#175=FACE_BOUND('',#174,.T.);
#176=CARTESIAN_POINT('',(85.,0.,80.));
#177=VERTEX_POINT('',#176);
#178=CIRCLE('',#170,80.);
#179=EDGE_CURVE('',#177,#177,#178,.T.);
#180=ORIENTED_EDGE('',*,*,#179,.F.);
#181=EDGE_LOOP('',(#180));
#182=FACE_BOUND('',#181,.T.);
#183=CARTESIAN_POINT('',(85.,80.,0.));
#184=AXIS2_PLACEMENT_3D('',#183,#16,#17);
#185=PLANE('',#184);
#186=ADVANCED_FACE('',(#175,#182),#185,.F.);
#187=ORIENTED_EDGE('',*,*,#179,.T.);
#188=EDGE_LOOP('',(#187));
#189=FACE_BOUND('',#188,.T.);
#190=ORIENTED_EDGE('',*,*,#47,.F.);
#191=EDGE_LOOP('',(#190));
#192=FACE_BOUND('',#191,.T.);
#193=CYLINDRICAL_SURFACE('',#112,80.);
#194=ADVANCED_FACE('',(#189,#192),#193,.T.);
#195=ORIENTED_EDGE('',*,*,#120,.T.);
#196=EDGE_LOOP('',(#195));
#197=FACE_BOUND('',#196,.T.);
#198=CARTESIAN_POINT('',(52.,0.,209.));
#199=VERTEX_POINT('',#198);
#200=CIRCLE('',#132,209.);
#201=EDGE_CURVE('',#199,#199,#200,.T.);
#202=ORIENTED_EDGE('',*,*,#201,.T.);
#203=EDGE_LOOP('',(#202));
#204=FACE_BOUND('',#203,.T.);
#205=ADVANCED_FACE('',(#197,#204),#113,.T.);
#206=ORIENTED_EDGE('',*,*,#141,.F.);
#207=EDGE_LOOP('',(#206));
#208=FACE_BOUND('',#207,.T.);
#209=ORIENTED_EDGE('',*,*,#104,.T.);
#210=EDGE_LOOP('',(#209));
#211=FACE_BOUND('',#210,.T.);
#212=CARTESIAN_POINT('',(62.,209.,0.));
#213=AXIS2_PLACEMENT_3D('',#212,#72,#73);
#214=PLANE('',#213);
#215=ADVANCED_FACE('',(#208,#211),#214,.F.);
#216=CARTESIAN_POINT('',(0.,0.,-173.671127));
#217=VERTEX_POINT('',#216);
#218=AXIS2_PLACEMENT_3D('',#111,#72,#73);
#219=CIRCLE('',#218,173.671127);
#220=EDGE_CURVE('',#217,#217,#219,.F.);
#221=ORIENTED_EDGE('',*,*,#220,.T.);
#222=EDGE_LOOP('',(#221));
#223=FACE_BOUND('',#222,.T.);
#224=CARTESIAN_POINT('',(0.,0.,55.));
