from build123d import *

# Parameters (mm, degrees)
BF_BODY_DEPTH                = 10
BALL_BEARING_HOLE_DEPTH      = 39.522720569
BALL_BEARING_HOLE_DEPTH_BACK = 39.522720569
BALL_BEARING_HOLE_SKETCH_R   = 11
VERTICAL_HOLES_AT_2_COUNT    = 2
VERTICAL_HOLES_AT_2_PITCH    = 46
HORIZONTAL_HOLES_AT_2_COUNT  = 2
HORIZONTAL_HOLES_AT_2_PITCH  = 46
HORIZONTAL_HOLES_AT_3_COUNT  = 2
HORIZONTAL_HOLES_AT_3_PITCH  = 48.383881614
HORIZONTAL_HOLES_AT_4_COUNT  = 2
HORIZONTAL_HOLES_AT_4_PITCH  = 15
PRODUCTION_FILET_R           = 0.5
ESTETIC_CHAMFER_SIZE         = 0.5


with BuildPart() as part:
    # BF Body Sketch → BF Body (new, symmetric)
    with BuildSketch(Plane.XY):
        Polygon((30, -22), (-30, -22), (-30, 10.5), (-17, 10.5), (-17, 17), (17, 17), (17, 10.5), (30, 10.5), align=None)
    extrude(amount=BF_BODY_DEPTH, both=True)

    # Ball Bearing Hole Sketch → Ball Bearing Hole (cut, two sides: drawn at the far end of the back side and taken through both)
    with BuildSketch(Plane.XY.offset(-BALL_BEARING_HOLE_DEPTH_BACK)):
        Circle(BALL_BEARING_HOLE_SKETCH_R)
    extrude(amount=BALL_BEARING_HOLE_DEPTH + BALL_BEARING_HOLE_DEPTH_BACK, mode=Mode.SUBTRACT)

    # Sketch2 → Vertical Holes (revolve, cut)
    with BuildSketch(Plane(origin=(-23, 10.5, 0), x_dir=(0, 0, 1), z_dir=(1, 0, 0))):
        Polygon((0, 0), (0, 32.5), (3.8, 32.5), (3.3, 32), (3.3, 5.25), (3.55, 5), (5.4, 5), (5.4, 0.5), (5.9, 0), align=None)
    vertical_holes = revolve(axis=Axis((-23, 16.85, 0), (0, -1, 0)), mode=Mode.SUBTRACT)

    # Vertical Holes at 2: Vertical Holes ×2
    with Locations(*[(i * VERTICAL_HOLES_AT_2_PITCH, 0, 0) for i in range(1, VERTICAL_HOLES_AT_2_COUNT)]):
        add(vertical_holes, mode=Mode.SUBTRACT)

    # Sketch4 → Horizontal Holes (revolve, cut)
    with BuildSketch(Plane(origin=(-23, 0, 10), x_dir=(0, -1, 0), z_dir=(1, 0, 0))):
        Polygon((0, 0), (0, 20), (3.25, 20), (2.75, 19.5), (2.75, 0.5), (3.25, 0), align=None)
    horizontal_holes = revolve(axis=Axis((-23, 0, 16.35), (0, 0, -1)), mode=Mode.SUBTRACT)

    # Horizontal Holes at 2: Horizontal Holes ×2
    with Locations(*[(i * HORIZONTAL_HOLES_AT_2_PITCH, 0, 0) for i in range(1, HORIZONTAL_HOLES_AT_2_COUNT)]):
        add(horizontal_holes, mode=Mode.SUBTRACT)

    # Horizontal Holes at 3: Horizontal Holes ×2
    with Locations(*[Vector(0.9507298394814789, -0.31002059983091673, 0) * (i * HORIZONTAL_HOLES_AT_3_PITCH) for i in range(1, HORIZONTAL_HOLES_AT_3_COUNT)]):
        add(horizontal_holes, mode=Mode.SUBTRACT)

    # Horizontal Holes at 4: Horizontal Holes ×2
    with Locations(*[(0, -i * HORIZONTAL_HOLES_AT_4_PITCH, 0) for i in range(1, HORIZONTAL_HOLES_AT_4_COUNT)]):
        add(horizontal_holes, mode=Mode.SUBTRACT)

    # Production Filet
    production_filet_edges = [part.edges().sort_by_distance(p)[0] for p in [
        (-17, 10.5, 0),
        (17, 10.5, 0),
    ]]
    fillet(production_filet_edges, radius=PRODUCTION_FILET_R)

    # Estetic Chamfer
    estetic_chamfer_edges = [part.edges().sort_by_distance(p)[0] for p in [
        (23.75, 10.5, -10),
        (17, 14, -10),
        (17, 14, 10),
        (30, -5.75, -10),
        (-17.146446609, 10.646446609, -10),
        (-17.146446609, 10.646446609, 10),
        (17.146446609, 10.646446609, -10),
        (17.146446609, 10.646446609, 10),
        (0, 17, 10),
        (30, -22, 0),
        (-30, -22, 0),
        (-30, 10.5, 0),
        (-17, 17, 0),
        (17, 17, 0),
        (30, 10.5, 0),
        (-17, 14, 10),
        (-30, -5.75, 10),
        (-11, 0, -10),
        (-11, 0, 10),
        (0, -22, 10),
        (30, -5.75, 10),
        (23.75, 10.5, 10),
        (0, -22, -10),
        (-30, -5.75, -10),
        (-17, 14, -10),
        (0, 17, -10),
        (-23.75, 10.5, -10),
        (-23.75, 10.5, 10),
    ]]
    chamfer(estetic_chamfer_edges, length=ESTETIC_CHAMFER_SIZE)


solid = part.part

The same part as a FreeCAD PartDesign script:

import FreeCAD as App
import Part
import Sketcher
from FreeCAD import Vector
Q = App.Units.Quantity


def edges_at(feature, points):
    """Names of the edges that pass closest to the given points."""
    edges = feature.Shape.Edges
    near = lambda p: min(range(len(edges)), key=lambda i: edges[i].distToShape(Part.Vertex(*p))[0])
    return sorted({f"Edge{near(p) + 1}" for p in points})


def add_polygon(sketch, points):
    """Adds a closed chain of lines whose ends are joined by coincident constraints."""
    first, n = sketch.GeometryCount, len(points)
    for a, b in zip(points, points[1:] + points[:1]):
        sketch.addGeometry(Part.LineSegment(App.Vector(*a, 0), App.Vector(*b, 0)), False)
    for i in range(n):
        sketch.addConstraint(Sketcher.Constraint("Coincident", first + i, 2, first + (i + 1) % n, 1))

doc = App.newDocument("Part")
params = doc.addObject("Spreadsheet::Sheet", "Params")
for row, (alias, value) in enumerate([
    ("sketch1_width", "60 mm"),
    ("sketch1_width2", "13 mm"),
    ("sketch1_height", "32.5 mm"),
    ("sketch1_height2", "6.5 mm"),
    ("pad1_length", "20 mm"),
    ("sketch2_diameter", "22 mm"),
    ("sketch3_width", "32.5 mm"),
    ("sketch3_width2", "4.5 mm"),
    ("sketch3_height", "5.9 mm"),
    ("sketch3_height2", "3.8 mm"),
    ("sketch3_width3", "26.75 mm"),
    ("groove_angle", "360 deg"),
    ("linearpattern_pitch", "46 mm"),
    ("sketch4_height", "20 mm"),
    ("sketch4_height2", "19 mm"),
    ("sketch4_width", "3.25 mm"),
    ("groove2_angle", "360 deg"),
    ("linearpattern2_pitch", "46 mm"),
    ("linearpattern3_pitch", "48.383882 mm"),
    ("linearpattern4_pitch", "15 mm"),
    ("fillet_radius", "0.5 mm"),
    ("chamfer_size", "0.5 mm"),
], start=1):
    params.set(f"A{row}", alias)
    params.set(f"B{row}", "=" + value)
    params.setAlias(f"B{row}", alias)

body = doc.addObject("PartDesign::Body", "Body")

sketch1 = doc.addObject("Sketcher::SketchObject", "Sketch")
body.addObject(sketch1)
sketch1.AttachmentSupport = (doc.XY_Plane, [""])
sketch1.MapMode = "FlatFace"
add_polygon(sketch1, [(-30, -22), (30, -22), (30, 10), (17, 10), (17, 17), (-17, 17), (-17, 10), (-30, 10)])
sketch1.addConstraint([
    Sketcher.Constraint("Horizontal", 0),
    Sketcher.Constraint("Vertical", 1),
    Sketcher.Constraint("Horizontal", 2),
    Sketcher.Constraint("Vertical", 3),
    Sketcher.Constraint("Horizontal", 4),
    Sketcher.Constraint("Vertical", 5),
    Sketcher.Constraint("Horizontal", 6),
    Sketcher.Constraint("Vertical", 7),
    Sketcher.Constraint("Symmetric", 2, 2, 5, 2, -2),
    Sketcher.Constraint("Equal", 2, 6),
    Sketcher.Constraint("DistanceX", 0, 1, 0, 2, 60.0),
    Sketcher.Constraint("DistanceX", 2, 2, 2, 1, 13.0),
    Sketcher.Constraint("DistanceY", 1, 1, 1, 2, 32.5),
    Sketcher.Constraint("DistanceY", 3, 1, 3, 2, 6.5),
    Sketcher.Constraint("DistanceY", 0, 2, -1, 1, 22.0),
])
sketch1.setExpression("Constraints[18]", "Params.sketch1_width")
sketch1.setExpression("Constraints[19]", "Params.sketch1_width2")
sketch1.setExpression("Constraints[20]", "Params.sketch1_height")
sketch1.setExpression("Constraints[21]", "Params.sketch1_height2")
pad1 = doc.addObject("PartDesign::Pad", "Pad")
body.addObject(pad1)
pad1.Profile = sketch1
pad1.setExpression("Length", "Params.pad1_length")
pad1.Midplane = True

sketch2 = doc.addObject("Sketcher::SketchObject", "Sketch001")
body.addObject(sketch2)
sketch2.AttachmentSupport = (doc.XY_Plane, [""])
sketch2.MapMode = "FlatFace"
sketch2.addGeometry(Part.Circle(Vector(0, 0, 0), Vector(0, 0, 1), 11), False)
sketch2.addConstraint([
    Sketcher.Constraint("Coincident", 0, 3, -1, 1),
    Sketcher.Constraint("Diameter", 0, 22.0),
])
sketch2.setExpression("Constraints[1]", "Params.sketch2_diameter")
pocket1 = doc.addObject("PartDesign::Pocket", "Pocket")
body.addObject(pocket1)
pocket1.Profile = sketch2
pocket1.Type = "ThroughAll"
pocket1.Midplane = True

sketch3 = doc.addObject("Sketcher::SketchObject", "Sketch002")
body.addObject(sketch3)
sketch3.AttachmentSupport = (doc.YZ_Plane, [""])
sketch3.MapMode = "FlatFace"
sketch3.AttachmentOffset = App.Placement(Vector(0, 0, -23), App.Rotation())
add_polygon(sketch3, [(-22, 0), (10.5, 0), (10.5, 5.9), (10, 5.4), (5.5, 5.4), (5.5, 3.55), (5.25, 3.3), (-21.5, 3.3), (-22, 3.8)])
sketch3.addConstraint([
    Sketcher.Constraint("Horizontal", 0),
    Sketcher.Constraint("Vertical", 1),
    Sketcher.Constraint("Horizontal", 3),
    Sketcher.Constraint("Vertical", 4),
    Sketcher.Constraint("Horizontal", 6),
    Sketcher.Constraint("Vertical", 8),
    Sketcher.Constraint("PointOnObject", 0, 2, -1),
    Sketcher.Constraint("Parallel", 2, 5),
    Sketcher.Constraint("Perpendicular", 5, 7),
    Sketcher.Constraint("Equal", 2, 7),
    Sketcher.Constraint("Angle", 2, Q("-135 deg")),
    Sketcher.Constraint("DistanceX", 0, 1, 0, 2, 32.5),
    Sketcher.Constraint("DistanceX", 3, 2, 3, 1, 4.5),
    Sketcher.Constraint("DistanceY", 1, 1, 1, 2, 5.9),
    Sketcher.Constraint("DistanceY", 8, 2, 8, 1, 3.8),
    Sketcher.Constraint("DistanceX", -1, 1, 2, 2, 10.0),
    Sketcher.Constraint("DistanceX", 7, 2, -1, 1, 22.0),
    Sketcher.Constraint("DistanceX", 6, 2, 6, 1, 26.75),
])
sketch3.setExpression("Constraints[20]", "Params.sketch3_width")
sketch3.setExpression("Constraints[21]", "Params.sketch3_width2")
sketch3.setExpression("Constraints[22]", "Params.sketch3_height")
sketch3.setExpression("Constraints[23]", "Params.sketch3_height2")
sketch3.setExpression("Constraints[26]", "Params.sketch3_width3")
groove = doc.addObject("PartDesign::Groove", "Groove")
body.addObject(groove)
groove.Profile = sketch3
groove.ReferenceAxis = (sketch3, ["H_Axis"])
groove.setExpression("Angle", "Params.groove_angle")
doc.recompute()

linearpattern = doc.addObject("PartDesign::LinearPattern", "LinearPattern")
body.addObject(linearpattern)
linearpattern.Originals = [groove]
linearpattern.Direction = (doc.X_Axis, [""])
linearpattern.Mode = "offset"
linearpattern.setExpression("Offset", "Params.linearpattern_pitch")
linearpattern.Occurrences = 2
body.Tip = linearpattern

sketch4 = doc.addObject("Sketcher::SketchObject", "Sketch003")
body.addObject(sketch4)
sketch4.AttachmentSupport = (doc.YZ_Plane, [""])
sketch4.MapMode = "FlatFace"
sketch4.AttachmentOffset = App.Placement(Vector(0, 0, -23), App.Rotation())
add_polygon(sketch4, [(0, -10), (0, 10), (-3.2, 10), (-2.8, 9.5), (-2.8, -9.5), (-3.2, -10)])
sketch4.addConstraint([
    Sketcher.Constraint("Vertical", 0),
    Sketcher.Constraint("Horizontal", 1),
    Sketcher.Constraint("Vertical", 3),
    Sketcher.Constraint("Horizontal", 5),
    Sketcher.Constraint("Symmetric", 0, 2, 5, 2, -1, 1),
    Sketcher.Constraint("Perpendicular", 2, 4),
    Sketcher.Constraint("Vertical", 1, 2, 4, 2),
    Sketcher.Constraint("Equal", 2, 4),
    Sketcher.Constraint("DistanceY", 0, 1, 0, 2, 20.0),
    Sketcher.Constraint("DistanceY", 3, 2, 3, 1, 19.0),
    Sketcher.Constraint("DistanceX", 1, 2, 1, 1, 3.25),
])
sketch4.setExpression("Constraints[14]", "Params.sketch4_height")
sketch4.setExpression("Constraints[15]", "Params.sketch4_height2")
sketch4.setExpression("Constraints[16]", "Params.sketch4_width")
groove2 = doc.addObject("PartDesign::Groove", "Groove001")
body.addObject(groove2)
groove2.Profile = sketch4
groove2.ReferenceAxis = (sketch4, ["V_Axis"])
groove2.setExpression("Angle", "Params.groove2_angle")
doc.recompute()

linearpattern2 = doc.addObject("PartDesign::LinearPattern", "LinearPattern001")
body.addObject(linearpattern2)
linearpattern2.Originals = [groove2]
linearpattern2.Direction = (doc.X_Axis, [""])
linearpattern2.Mode = "offset"
linearpattern2.setExpression("Offset", "Params.linearpattern2_pitch")
linearpattern2.Occurrences = 2
body.Tip = linearpattern2
doc.recompute()

datumline = doc.addObject("PartDesign::Line", "DatumLine")
body.addObject(datumline)
datumline.Placement = App.Placement(Vector(0, 0, 0), App.Rotation(Vector(0, 0, 1), Vector(0.950729839, -0.3100206, 0)))
linearpattern3 = doc.addObject("PartDesign::LinearPattern", "LinearPattern002")
body.addObject(linearpattern3)
linearpattern3.Originals = [groove2]
linearpattern3.Direction = (datumline, [""])
linearpattern3.Mode = "offset"
linearpattern3.setExpression("Offset", "Params.linearpattern3_pitch")
linearpattern3.Occurrences = 2
body.Tip = linearpattern3
doc.recompute()

linearpattern4 = doc.addObject("PartDesign::LinearPattern", "LinearPattern003")
body.addObject(linearpattern4)
linearpattern4.Originals = [groove2]
linearpattern4.Direction = (doc.Y_Axis, [""])
linearpattern4.Mode = "offset"
linearpattern4.setExpression("Offset", "Params.linearpattern4_pitch")
linearpattern4.Occurrences = 2
linearpattern4.Reversed = True
body.Tip = linearpattern4
doc.recompute()

fillet = doc.addObject("PartDesign::Fillet", "Fillet")
body.addObject(fillet)
fillet.Base = (linearpattern4, edges_at(linearpattern4, [(-17, 10.5, 0), (17, 10.5, 0)]))
fillet.setExpression("Radius", "Params.fillet_radius")
doc.recompute()

chamfer = doc.addObject("PartDesign::Chamfer", "Chamfer")
body.addObject(chamfer)
chamfer.Base = (fillet, edges_at(fillet, [
    (23.75, 10.5, -10),
    (17, 14, -10),
    (17, 14, 10),
    (30, -5.75, -10),
    (-17.146, 10.646, -10),
    (-17.146, 10.646, 10),
    (17.146, 10.646, -10),
    (17.146, 10.646, 10),
    (0, 17, 10),
    (30, -22, 0),
    (-30, -22, 0),
    (-30, 10.5, 0),
    (-17, 17, 0),
    (17, 17, 0),
    (30, 10.5, 0),
    (-17, 14, 10),
    (-30, -5.75, 10),
    (-11, 0, -10),
    (-11, 0, 10),
    (0, -22, 10),
    (30, -5.75, 10),
    (23.75, 10.5, 10),
    (0, -22, -10),
    (-30, -5.75, -10),
    (-17, 14, -10),
    (0, 17, -10),
    (-23.75, 10.5, -10),
    (-23.75, 10.5, 10),
]))
chamfer.setExpression("Size", "Params.chamfer_size")

doc.recompute()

•••••

Set down, exactly as they stand above, the lines starting with the line with "#189=FACE_BOUND('',#188,.T.);" and going on through the line with "#214=PLANE('',#213);", and no others.

OUTPUT FOR THIS EXERCISE:
#189=FACE_BOUND('',#188,.T.);
#190=ORIENTED_EDGE('',*,*,#47,.F.);
#191=EDGE_LOOP('',(#190));
#192=FACE_BOUND('',#191,.T.);
#193=CYLINDRICAL_SURFACE('',#112,80.);
#194=ADVANCED_FACE('',(#189,#192),#193,.T.);
#195=ORIENTED_EDGE('',*,*,#120,.T.);
#196=EDGE_LOOP('',(#195));
#197=FACE_BOUND('',#196,.T.);
#198=CARTESIAN_POINT('',(52.,0.,209.));
#199=VERTEX_POINT('',#198);
#200=CIRCLE('',#132,209.);
#201=EDGE_CURVE('',#199,#199,#200,.T.);
#202=ORIENTED_EDGE('',*,*,#201,.T.);
#203=EDGE_LOOP('',(#202));
#204=FACE_BOUND('',#203,.T.);
#205=ADVANCED_FACE('',(#197,#204),#113,.T.);
#206=ORIENTED_EDGE('',*,*,#141,.F.);
#207=EDGE_LOOP('',(#206));
#208=FACE_BOUND('',#207,.T.);
#209=ORIENTED_EDGE('',*,*,#104,.T.);
#210=EDGE_LOOP('',(#209));
#211=FACE_BOUND('',#210,.T.);
#212=CARTESIAN_POINT('',(62.,209.,0.));
#213=AXIS2_PLACEMENT_3D('',#212,#72,#73);
#214=PLANE('',#213);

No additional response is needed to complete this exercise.